La justicia argentina atraviesa una crisis marcada por la gran cantidad de cargos vacantes, demoras en los nombramientos y tensiones políticas que afectan su funcionamiento. A través de una entrevista en Modo Fontevecchia, por Net TV, Radio Perfil (AM 1190), el jurista Ricardo Gil Lavedra advirtió que el sistema judicial no puede operar con cerca de un 40% de puestos sin cubrir, analizó los desafíos institucionales que enfrenta el Poder Judicial y, pese al panorama crítico, afirmó sobre Juan Bautista Mahiques: “Soy optimista con el nuevo ministro de Justicia”.

El abogado, jurista y político argentino Ricardo Gil Lavedra es conocido sobre todo por haber sido uno de los jueces que integraron la Cámara Federal que llevó adelante el histórico juicio a las juntas militares de la última dictadura en 1985, durante el gobierno de Raúl Alfonsín.
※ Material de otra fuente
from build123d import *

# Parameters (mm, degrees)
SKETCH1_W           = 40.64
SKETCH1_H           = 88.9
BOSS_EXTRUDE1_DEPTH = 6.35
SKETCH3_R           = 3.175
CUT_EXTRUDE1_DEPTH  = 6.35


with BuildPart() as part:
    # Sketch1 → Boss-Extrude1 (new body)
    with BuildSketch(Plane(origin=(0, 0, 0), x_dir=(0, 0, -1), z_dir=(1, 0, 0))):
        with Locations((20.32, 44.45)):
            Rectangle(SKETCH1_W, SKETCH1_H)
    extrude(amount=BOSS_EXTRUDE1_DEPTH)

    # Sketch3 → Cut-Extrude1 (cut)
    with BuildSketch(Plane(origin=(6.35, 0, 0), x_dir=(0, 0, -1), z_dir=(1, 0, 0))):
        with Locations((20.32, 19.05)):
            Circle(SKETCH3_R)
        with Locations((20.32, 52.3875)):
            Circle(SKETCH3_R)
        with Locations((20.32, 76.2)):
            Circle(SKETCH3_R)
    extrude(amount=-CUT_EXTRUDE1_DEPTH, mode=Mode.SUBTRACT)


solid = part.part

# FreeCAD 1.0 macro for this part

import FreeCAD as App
import Part
import Sketcher
Q = App.Units.Quantity

doc = App.newDocument("Part")
params = doc.addObject("Spreadsheet::Sheet", "Params")
for row, (alias, value) in enumerate([
    ("sketch1_width", "3.5 in"),
    ("sketch1_height", "1.6 in"),
    ("pad1_length", "0.25 in"),
    ("sketch2_diameter", "0.25 in"),
    ("pocket1_length", "0.25 in"),
], start=1):
    params.set(f"A{row}", alias)
    params.set(f"B{row}", "=" + value)
    params.setAlias(f"B{row}", alias)

body = doc.addObject("PartDesign::Body", "Body")

# Sketch on YZ plane
sketch1 = doc.addObject("Sketcher::SketchObject", "Sketch")
body.addObject(sketch1)
sketch1.AttachmentSupport = (doc.YZ_Plane, [""])
sketch1.MapMode = "FlatFace"
sketch1.addGeometry(Part.LineSegment(App.Vector(89, 0, 0), App.Vector(0, 0, 0)), False)
sketch1.addGeometry(Part.LineSegment(App.Vector(0, 0, 0), App.Vector(0, -41, 0)), False)
sketch1.addGeometry(Part.LineSegment(App.Vector(0, -41, 0), App.Vector(89, -41, 0)), False)
sketch1.addGeometry(Part.LineSegment(App.Vector(89, -41, 0), App.Vector(89, 0, 0)), False)
sketch1.addConstraint(Sketcher.Constraint("Coincident", 0, 2, 1, 1))
sketch1.addConstraint(Sketcher.Constraint("Coincident", 1, 2, 2, 1))
sketch1.addConstraint(Sketcher.Constraint("Coincident", 2, 2, 3, 1))
sketch1.addConstraint(Sketcher.Constraint("Coincident", 3, 2, 0, 1))
sketch1.addConstraint(Sketcher.Constraint("Horizontal", 0))
sketch1.addConstraint(Sketcher.Constraint("Vertical", 1))
sketch1.addConstraint(Sketcher.Constraint("Horizontal", 2))
sketch1.addConstraint(Sketcher.Constraint("Vertical", 3))
sketch1.addConstraint(Sketcher.Constraint("Coincident", 0, 2, -1, 1))
sketch1.addConstraint(Sketcher.Constraint("DistanceX", 0, 2, 0, 1, Q("3.5 in")))
sketch1.addConstraint(Sketcher.Constraint("DistanceY", 1, 2, 1, 1, Q("1.6 in")))
sketch1.setExpression("Constraints[9]", "Params.sketch1_width")
sketch1.setExpression("Constraints[10]", "Params.sketch1_height")
pad1 = doc.addObject("PartDesign::Pad", "Pad")
body.addObject(pad1)
pad1.Profile = sketch1
pad1.setExpression("Length", "Params.pad1_length")

# Sketch on YZ plane
sketch2 = doc.addObject("Sketcher::SketchObject", "Sketch001")
body.addObject(sketch2)
sketch2.AttachmentSupport = (doc.YZ_Plane, [""])
sketch2.MapMode = "FlatFace"
sketch2.AttachmentOffset = App.Placement(App.Vector(0, 0, 0.25 * 25.4), App.Rotation())
sketch2.addGeometry(Part.Circle(App.Vector(19.1, -20.3, 0), App.Vector(0, 0, 1), 3.2), False)
sketch2.addGeometry(Part.Circle(App.Vector(52.4, -20.3, 0), App.Vector(0, 0, 1), 3.2), False)
sketch2.addGeometry(Part.Circle(App.Vector(76.2, -20.3, 0), App.Vector(0, 0, 1), 3.2), False)
sketch2.addConstraint(Sketcher.Constraint("Equal", 0, 1))
sketch2.addConstraint(Sketcher.Constraint("Equal", 1, 2))
sketch2.addConstraint(Sketcher.Constraint("Horizontal", 0, 3, 1, 3))
sketch2.addConstraint(Sketcher.Constraint("Horizontal", 1, 3, 2, 3))
sketch2.addConstraint(Sketcher.Constraint("Diameter", 0, Q("0.25 in")))
sketch2.addConstraint(Sketcher.Constraint("DistanceX", -1, 1, 2, 3, Q("3 in")))
sketch2.addConstraint(Sketcher.Constraint("DistanceY", 0, 3, -1, 1, Q("0.8 in")))
sketch2.addConstraint(Sketcher.Constraint("DistanceX", -1, 1, 0, 3, Q("0.75 in")))
sketch2.addConstraint(Sketcher.Constraint("DistanceX", -1, 1, 1, 3, Q("2.0625 in")))
sketch2.setExpression("Constraints[4]", "Params.sketch2_diameter")
pocket1 = doc.addObject("PartDesign::Pocket", "Pocket")
body.addObject(pocket1)
pocket1.Profile = sketch2
pocket1.setExpression("Length", "Params.pocket1_length")

doc.recompute()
Se desempeñó como ministro de Justicia de la Nación durante la presidencia de Fernando de la Rúa entre 1999 y 2000 y, diputado nacional por la Ciudad de Buenos Aires entre 2009 y 2013.

Se nos acerca el 24 de marzo, se nos vienen todos los recuerdos de los 50 años del golpe y, al mismo tiempo, todo lo que hizo Alfonsín y personas como vos en el juicio de la Junta. Pero hoy te estamos llamando por otro tema que tiene que ver con la justicia, colocada en el centro del debate político a partir del nombramiento de un nuevo ministro de Justicia, alguien muy ligado a la historia de la llamada familia judicial. Me gustaría tu opinión sobre el cambio de ministro de Justicia y cuáles son tus expectativas.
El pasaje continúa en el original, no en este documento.